**Exercise goal**
In the entries below, find the line with "v24 (12.78157,0,-57)" and print exactly every line from there up to and including the line with "e34 v31 v31", with no other lines.

**Task input**
◇ ◇ ◇

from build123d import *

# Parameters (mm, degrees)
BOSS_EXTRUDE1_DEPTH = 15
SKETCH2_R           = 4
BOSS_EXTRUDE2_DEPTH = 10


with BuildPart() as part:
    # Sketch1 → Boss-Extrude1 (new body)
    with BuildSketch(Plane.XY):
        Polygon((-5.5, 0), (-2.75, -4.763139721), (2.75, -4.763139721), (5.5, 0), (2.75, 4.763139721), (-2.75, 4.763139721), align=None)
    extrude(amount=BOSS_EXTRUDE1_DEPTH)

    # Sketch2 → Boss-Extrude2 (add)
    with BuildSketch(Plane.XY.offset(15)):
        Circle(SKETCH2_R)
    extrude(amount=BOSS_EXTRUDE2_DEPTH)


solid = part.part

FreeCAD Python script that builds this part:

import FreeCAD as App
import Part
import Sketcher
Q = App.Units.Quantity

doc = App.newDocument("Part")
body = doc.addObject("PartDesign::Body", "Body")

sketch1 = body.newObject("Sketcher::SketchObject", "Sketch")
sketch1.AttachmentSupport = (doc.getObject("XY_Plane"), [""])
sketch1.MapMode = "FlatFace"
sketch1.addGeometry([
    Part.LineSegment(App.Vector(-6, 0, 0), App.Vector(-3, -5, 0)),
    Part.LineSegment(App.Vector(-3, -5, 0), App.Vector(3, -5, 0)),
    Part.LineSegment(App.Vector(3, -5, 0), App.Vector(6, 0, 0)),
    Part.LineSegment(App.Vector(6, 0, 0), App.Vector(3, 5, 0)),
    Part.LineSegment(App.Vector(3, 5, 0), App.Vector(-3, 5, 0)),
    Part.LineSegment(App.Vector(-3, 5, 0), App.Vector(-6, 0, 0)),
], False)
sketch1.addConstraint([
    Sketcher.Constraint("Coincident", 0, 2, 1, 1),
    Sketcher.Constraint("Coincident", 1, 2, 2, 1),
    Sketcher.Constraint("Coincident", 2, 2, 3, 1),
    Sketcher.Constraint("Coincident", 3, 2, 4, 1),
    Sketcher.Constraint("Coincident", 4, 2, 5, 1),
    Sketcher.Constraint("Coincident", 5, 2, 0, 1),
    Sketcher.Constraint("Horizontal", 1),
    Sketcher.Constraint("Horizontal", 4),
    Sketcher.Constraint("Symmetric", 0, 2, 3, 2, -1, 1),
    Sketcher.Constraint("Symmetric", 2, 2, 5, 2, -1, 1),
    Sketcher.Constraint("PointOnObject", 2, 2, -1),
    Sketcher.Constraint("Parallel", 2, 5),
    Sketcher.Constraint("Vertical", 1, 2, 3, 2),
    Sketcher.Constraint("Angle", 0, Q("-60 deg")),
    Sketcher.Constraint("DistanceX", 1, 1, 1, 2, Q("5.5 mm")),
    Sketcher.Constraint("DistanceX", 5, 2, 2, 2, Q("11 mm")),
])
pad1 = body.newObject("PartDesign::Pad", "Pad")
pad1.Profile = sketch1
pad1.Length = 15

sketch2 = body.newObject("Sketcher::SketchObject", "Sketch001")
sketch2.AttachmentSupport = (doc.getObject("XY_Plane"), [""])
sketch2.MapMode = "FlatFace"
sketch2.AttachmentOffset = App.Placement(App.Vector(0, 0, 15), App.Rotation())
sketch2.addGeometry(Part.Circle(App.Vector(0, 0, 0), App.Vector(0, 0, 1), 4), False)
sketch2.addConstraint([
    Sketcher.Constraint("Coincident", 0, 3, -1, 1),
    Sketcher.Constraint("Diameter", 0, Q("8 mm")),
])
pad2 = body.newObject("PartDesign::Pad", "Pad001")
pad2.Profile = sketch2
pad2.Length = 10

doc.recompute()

◇ ◇ ◇

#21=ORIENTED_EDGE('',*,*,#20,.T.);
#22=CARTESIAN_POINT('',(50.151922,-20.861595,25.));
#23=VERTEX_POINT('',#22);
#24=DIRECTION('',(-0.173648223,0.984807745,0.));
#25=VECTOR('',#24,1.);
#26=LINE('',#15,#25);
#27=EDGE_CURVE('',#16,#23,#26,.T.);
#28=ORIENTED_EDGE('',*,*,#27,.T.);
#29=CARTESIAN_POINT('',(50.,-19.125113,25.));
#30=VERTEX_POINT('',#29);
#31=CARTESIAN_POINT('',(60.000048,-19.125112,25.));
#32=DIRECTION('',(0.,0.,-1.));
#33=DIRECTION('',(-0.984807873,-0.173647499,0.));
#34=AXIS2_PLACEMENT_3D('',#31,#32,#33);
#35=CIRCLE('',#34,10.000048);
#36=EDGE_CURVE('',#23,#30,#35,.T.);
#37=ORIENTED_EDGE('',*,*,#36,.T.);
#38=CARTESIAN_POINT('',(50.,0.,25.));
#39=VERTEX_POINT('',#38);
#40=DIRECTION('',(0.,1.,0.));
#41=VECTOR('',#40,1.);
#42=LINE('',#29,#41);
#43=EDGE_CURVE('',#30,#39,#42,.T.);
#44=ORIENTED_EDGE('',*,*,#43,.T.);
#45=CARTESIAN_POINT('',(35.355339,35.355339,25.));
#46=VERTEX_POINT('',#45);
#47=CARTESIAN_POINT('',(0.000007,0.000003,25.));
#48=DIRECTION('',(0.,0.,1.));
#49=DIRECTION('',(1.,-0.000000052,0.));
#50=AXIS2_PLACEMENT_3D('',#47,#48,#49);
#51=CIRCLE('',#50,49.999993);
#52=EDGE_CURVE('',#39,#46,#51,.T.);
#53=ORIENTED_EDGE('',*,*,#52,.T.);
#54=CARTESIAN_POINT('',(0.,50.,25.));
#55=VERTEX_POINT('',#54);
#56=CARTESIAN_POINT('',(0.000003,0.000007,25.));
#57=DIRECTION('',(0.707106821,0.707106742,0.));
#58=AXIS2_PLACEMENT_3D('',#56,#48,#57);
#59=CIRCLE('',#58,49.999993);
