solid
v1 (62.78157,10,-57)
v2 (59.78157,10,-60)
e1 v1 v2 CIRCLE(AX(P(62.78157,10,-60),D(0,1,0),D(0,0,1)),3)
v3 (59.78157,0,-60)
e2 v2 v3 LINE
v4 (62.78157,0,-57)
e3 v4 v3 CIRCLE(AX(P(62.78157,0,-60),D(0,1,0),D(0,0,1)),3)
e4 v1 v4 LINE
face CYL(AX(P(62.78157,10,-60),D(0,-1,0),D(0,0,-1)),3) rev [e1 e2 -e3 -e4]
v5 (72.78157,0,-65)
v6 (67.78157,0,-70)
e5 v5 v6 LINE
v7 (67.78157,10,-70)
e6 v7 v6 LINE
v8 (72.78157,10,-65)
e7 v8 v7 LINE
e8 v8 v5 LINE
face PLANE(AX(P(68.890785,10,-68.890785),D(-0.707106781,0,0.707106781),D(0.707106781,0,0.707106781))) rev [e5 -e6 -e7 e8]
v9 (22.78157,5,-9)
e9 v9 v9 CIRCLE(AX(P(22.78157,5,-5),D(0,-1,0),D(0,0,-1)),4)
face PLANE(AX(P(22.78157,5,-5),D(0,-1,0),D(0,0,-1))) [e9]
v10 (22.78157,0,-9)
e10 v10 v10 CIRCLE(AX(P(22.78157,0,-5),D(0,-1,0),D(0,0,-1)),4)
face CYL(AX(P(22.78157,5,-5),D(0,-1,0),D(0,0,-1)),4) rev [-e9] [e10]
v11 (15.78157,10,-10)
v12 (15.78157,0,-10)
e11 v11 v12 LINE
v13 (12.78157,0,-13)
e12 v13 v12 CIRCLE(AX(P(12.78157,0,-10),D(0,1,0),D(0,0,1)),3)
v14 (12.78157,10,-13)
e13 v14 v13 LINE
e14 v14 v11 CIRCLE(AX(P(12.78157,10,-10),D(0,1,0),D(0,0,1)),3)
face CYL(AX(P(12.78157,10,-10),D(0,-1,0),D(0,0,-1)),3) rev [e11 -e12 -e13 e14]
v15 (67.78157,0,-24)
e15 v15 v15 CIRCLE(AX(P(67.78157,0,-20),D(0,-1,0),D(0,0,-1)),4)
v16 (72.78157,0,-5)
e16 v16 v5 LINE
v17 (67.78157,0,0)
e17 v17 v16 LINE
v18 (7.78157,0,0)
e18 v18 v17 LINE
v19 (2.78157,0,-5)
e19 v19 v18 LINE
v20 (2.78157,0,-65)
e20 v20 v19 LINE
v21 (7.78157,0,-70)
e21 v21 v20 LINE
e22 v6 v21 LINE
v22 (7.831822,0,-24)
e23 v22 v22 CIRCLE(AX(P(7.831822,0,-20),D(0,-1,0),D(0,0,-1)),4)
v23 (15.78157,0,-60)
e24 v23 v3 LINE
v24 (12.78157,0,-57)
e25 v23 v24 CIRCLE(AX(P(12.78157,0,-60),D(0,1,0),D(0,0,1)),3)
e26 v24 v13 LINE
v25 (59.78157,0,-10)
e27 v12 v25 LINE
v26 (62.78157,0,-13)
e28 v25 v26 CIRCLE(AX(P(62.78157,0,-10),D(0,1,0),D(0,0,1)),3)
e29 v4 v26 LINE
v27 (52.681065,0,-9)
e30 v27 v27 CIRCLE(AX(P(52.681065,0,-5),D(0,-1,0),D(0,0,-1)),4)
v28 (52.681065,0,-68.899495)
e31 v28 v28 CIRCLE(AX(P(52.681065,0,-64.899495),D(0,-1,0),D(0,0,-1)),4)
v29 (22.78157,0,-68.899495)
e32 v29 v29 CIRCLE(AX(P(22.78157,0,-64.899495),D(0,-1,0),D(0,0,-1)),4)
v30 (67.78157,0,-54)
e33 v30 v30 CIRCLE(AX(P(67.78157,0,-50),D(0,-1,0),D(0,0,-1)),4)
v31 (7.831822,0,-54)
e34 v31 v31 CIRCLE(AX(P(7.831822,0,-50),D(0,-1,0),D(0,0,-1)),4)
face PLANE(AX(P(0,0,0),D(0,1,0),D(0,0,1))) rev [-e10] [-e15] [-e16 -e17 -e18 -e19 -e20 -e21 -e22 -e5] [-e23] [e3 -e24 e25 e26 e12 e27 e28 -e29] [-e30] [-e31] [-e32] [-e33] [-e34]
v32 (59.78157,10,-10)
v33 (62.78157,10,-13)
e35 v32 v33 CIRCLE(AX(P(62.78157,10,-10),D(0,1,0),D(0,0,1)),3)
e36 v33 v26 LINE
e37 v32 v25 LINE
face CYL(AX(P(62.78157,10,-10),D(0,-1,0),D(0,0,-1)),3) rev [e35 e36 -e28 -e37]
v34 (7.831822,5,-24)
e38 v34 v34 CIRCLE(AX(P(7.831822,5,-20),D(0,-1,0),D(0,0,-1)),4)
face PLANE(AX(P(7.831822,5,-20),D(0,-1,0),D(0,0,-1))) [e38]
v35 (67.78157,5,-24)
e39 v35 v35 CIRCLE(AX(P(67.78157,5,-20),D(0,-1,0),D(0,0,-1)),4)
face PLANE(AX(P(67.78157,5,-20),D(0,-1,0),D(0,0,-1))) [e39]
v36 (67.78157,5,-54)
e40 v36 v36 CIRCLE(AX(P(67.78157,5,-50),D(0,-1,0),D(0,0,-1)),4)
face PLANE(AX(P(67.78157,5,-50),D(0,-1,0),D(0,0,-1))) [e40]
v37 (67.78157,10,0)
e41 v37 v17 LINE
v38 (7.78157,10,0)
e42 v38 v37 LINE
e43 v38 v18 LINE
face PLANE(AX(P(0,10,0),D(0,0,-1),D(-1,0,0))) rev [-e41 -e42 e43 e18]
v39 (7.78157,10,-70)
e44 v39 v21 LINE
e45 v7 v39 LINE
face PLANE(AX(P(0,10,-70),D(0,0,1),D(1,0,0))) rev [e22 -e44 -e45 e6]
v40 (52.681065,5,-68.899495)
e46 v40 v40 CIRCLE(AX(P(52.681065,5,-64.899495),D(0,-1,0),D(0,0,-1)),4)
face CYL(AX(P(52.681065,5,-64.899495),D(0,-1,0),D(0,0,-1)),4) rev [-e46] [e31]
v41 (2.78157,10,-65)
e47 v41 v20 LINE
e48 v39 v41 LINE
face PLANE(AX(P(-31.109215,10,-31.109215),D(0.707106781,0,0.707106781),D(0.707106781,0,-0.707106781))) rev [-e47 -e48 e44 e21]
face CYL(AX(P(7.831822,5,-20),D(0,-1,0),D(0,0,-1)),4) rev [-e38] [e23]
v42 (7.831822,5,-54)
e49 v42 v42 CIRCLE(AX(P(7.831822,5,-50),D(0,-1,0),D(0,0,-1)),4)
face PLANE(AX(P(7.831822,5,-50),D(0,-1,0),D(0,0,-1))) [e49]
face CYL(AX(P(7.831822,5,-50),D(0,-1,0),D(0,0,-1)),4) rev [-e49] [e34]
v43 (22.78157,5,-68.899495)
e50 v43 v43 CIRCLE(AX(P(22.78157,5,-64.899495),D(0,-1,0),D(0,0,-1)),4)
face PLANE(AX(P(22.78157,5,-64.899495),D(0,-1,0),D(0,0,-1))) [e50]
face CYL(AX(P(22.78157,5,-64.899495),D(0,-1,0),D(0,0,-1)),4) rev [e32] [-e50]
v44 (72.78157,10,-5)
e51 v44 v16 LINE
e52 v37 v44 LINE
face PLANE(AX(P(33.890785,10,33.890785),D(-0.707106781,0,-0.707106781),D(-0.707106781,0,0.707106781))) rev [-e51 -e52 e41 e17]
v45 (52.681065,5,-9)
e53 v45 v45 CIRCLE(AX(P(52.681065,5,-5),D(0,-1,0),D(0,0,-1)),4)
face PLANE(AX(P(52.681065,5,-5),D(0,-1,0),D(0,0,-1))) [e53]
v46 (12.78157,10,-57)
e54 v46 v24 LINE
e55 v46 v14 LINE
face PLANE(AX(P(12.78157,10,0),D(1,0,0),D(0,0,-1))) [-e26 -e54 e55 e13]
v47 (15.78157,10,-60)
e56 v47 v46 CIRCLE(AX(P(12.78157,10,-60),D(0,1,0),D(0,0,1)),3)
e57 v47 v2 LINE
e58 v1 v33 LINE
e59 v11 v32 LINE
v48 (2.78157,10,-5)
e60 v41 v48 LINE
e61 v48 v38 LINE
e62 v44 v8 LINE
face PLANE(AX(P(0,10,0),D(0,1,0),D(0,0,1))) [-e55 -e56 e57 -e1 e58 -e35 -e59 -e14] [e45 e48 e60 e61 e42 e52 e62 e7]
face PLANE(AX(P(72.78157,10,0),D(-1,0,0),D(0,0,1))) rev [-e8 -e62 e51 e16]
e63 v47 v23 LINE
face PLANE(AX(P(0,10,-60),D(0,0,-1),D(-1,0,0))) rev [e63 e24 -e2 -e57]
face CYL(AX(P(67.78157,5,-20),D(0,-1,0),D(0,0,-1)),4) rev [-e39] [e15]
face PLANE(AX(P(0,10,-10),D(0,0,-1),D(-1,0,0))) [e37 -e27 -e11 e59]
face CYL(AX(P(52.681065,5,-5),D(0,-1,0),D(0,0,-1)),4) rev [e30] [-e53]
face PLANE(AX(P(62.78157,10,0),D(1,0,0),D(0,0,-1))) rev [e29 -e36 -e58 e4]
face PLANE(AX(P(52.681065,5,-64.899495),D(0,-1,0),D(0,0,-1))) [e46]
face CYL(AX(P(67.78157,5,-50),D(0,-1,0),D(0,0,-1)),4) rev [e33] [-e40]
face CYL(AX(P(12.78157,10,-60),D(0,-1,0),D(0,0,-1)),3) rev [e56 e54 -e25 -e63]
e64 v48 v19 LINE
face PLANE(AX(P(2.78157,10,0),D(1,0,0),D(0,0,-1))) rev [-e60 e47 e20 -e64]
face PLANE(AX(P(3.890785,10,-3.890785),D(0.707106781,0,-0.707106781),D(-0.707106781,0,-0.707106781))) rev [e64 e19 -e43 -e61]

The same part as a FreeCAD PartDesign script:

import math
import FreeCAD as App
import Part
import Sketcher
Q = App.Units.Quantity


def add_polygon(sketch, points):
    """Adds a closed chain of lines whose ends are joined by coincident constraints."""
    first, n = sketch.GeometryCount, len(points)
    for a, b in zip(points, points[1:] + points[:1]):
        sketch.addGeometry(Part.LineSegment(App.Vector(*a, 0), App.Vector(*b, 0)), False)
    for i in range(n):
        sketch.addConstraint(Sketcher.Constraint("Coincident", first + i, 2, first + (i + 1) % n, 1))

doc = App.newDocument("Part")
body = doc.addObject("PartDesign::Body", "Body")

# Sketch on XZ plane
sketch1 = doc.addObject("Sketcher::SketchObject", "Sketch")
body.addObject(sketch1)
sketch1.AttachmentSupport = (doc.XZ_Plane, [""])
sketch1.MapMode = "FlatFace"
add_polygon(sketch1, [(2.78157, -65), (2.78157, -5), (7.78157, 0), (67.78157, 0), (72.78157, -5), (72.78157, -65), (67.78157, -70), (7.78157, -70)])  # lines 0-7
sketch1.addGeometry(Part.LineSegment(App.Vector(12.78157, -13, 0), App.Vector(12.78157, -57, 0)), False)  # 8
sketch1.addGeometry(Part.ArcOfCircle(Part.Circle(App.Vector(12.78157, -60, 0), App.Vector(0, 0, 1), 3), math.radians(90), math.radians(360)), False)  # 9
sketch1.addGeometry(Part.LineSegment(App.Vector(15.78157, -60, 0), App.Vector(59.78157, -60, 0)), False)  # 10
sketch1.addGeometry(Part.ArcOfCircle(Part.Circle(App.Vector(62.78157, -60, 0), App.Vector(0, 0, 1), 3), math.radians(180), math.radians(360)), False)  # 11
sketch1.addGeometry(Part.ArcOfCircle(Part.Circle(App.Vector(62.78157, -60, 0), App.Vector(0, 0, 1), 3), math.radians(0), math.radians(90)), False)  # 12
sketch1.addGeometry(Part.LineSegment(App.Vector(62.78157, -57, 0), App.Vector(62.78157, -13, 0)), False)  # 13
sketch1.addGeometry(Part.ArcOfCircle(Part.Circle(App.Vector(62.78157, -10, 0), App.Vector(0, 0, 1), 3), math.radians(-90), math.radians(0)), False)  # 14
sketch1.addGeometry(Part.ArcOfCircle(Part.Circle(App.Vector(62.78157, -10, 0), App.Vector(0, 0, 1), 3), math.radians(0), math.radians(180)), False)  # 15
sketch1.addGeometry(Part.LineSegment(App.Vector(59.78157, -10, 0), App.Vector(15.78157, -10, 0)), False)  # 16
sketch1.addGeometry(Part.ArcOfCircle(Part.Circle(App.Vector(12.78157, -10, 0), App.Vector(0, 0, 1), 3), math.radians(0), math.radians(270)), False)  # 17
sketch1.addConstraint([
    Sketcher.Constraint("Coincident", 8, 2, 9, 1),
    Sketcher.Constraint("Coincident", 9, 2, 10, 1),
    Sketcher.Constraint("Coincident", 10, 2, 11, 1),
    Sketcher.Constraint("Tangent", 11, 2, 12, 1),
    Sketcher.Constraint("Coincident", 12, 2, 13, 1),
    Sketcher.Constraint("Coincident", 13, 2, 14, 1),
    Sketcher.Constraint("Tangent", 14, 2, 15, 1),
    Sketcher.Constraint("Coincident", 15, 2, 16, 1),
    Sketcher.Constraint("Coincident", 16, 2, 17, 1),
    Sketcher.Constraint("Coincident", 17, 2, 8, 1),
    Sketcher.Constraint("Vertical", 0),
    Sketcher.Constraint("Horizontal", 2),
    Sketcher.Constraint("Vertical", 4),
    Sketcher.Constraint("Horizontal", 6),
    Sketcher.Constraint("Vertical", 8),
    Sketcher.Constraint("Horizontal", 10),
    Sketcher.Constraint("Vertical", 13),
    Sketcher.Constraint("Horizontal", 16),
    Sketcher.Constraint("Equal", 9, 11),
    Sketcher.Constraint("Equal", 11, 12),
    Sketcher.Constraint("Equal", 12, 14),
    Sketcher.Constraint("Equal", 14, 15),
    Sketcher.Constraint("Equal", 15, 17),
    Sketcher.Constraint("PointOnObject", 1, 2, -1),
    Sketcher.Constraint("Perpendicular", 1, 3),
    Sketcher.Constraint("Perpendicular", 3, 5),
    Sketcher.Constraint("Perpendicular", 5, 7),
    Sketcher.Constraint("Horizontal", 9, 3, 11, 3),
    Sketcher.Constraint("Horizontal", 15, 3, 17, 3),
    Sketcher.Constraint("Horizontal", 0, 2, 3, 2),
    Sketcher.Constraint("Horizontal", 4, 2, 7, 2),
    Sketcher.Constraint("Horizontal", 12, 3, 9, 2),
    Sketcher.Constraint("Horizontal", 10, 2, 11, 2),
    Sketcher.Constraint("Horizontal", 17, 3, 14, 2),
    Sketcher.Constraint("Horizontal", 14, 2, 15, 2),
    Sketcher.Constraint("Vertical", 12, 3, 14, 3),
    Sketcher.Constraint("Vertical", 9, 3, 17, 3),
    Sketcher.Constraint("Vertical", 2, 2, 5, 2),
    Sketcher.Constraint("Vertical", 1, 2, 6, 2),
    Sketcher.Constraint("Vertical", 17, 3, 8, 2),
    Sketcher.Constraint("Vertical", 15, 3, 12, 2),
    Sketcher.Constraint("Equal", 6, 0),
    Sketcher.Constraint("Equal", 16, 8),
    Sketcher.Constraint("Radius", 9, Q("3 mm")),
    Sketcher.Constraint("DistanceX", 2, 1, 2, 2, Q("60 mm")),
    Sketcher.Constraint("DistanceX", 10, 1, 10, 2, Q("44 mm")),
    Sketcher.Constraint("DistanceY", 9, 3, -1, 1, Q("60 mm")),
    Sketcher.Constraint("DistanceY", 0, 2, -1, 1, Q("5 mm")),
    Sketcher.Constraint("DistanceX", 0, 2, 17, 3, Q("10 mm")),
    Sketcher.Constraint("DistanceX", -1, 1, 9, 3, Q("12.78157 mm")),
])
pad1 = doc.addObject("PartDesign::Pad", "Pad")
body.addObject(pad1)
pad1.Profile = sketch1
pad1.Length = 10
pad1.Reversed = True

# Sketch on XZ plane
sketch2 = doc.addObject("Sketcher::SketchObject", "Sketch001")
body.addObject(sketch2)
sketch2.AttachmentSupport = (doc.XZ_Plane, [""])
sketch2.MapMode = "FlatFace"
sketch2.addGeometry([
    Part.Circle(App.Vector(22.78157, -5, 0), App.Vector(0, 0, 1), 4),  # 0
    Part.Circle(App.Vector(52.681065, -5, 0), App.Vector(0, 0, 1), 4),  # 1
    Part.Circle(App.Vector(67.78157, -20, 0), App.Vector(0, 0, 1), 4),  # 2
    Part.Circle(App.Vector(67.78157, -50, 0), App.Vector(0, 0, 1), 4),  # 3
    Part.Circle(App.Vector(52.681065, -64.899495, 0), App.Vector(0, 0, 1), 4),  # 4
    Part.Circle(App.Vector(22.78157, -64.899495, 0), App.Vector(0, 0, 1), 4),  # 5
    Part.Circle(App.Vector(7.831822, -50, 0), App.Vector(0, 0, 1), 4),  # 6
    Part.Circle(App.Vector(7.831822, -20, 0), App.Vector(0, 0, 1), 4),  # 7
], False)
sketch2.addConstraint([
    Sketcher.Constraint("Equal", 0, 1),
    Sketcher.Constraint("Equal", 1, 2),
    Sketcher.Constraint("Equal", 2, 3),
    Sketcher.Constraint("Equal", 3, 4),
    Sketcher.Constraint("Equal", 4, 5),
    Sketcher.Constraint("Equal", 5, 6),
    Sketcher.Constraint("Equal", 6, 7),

◇ ◇ ◇

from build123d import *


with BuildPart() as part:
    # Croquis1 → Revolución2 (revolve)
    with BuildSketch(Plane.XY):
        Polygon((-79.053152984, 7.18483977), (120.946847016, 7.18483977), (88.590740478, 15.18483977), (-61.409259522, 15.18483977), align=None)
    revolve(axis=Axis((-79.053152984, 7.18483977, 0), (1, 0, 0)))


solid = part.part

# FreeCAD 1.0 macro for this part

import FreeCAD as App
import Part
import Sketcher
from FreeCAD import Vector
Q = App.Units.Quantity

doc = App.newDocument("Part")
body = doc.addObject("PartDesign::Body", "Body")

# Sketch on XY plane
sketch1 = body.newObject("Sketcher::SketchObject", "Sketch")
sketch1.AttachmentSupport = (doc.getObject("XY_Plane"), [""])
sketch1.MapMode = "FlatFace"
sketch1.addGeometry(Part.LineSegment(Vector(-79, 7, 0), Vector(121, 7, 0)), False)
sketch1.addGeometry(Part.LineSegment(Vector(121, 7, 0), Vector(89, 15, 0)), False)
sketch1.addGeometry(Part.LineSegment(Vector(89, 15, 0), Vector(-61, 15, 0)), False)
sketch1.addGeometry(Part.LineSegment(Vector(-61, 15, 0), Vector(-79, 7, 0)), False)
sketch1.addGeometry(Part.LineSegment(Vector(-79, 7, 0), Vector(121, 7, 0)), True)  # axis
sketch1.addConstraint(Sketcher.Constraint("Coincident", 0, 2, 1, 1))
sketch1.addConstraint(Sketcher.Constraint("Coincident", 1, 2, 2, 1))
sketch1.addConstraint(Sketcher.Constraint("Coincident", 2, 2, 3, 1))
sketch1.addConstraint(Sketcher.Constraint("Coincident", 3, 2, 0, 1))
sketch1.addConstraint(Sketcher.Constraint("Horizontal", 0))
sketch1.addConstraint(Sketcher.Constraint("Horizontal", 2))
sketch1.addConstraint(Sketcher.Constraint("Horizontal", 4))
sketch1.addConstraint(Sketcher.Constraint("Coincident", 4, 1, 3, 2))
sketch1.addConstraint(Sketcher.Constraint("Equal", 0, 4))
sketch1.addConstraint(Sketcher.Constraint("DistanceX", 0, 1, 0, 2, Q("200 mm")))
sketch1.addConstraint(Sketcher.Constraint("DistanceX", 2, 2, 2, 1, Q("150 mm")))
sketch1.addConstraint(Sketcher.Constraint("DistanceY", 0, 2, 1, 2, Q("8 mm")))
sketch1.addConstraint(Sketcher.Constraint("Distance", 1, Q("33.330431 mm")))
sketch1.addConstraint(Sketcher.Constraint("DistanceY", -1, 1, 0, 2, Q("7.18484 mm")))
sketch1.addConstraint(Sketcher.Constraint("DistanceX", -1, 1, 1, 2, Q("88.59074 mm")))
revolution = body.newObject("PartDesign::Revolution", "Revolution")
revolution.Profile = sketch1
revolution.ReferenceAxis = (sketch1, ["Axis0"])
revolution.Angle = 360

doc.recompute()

◇ ◇ ◇

**Output**
v24 (12.78157,0,-57)
e25 v23 v24 CIRCLE(AX(P(12.78157,0,-60),D(0,1,0),D(0,0,1)),3)
e26 v24 v13 LINE
v25 (59.78157,0,-10)
e27 v12 v25 LINE
v26 (62.78157,0,-13)
e28 v25 v26 CIRCLE(AX(P(62.78157,0,-10),D(0,1,0),D(0,0,1)),3)
e29 v4 v26 LINE
v27 (52.681065,0,-9)
e30 v27 v27 CIRCLE(AX(P(52.681065,0,-5),D(0,-1,0),D(0,0,-1)),4)
v28 (52.681065,0,-68.899495)
e31 v28 v28 CIRCLE(AX(P(52.681065,0,-64.899495),D(0,-1,0),D(0,0,-1)),4)
v29 (22.78157,0,-68.899495)
e32 v29 v29 CIRCLE(AX(P(22.78157,0,-64.899495),D(0,-1,0),D(0,0,-1)),4)
v30 (67.78157,0,-54)
e33 v30 v30 CIRCLE(AX(P(67.78157,0,-50),D(0,-1,0),D(0,0,-1)),4)
v31 (7.831822,0,-54)
e34 v31 v31 CIRCLE(AX(P(7.831822,0,-50),D(0,-1,0),D(0,0,-1)),4)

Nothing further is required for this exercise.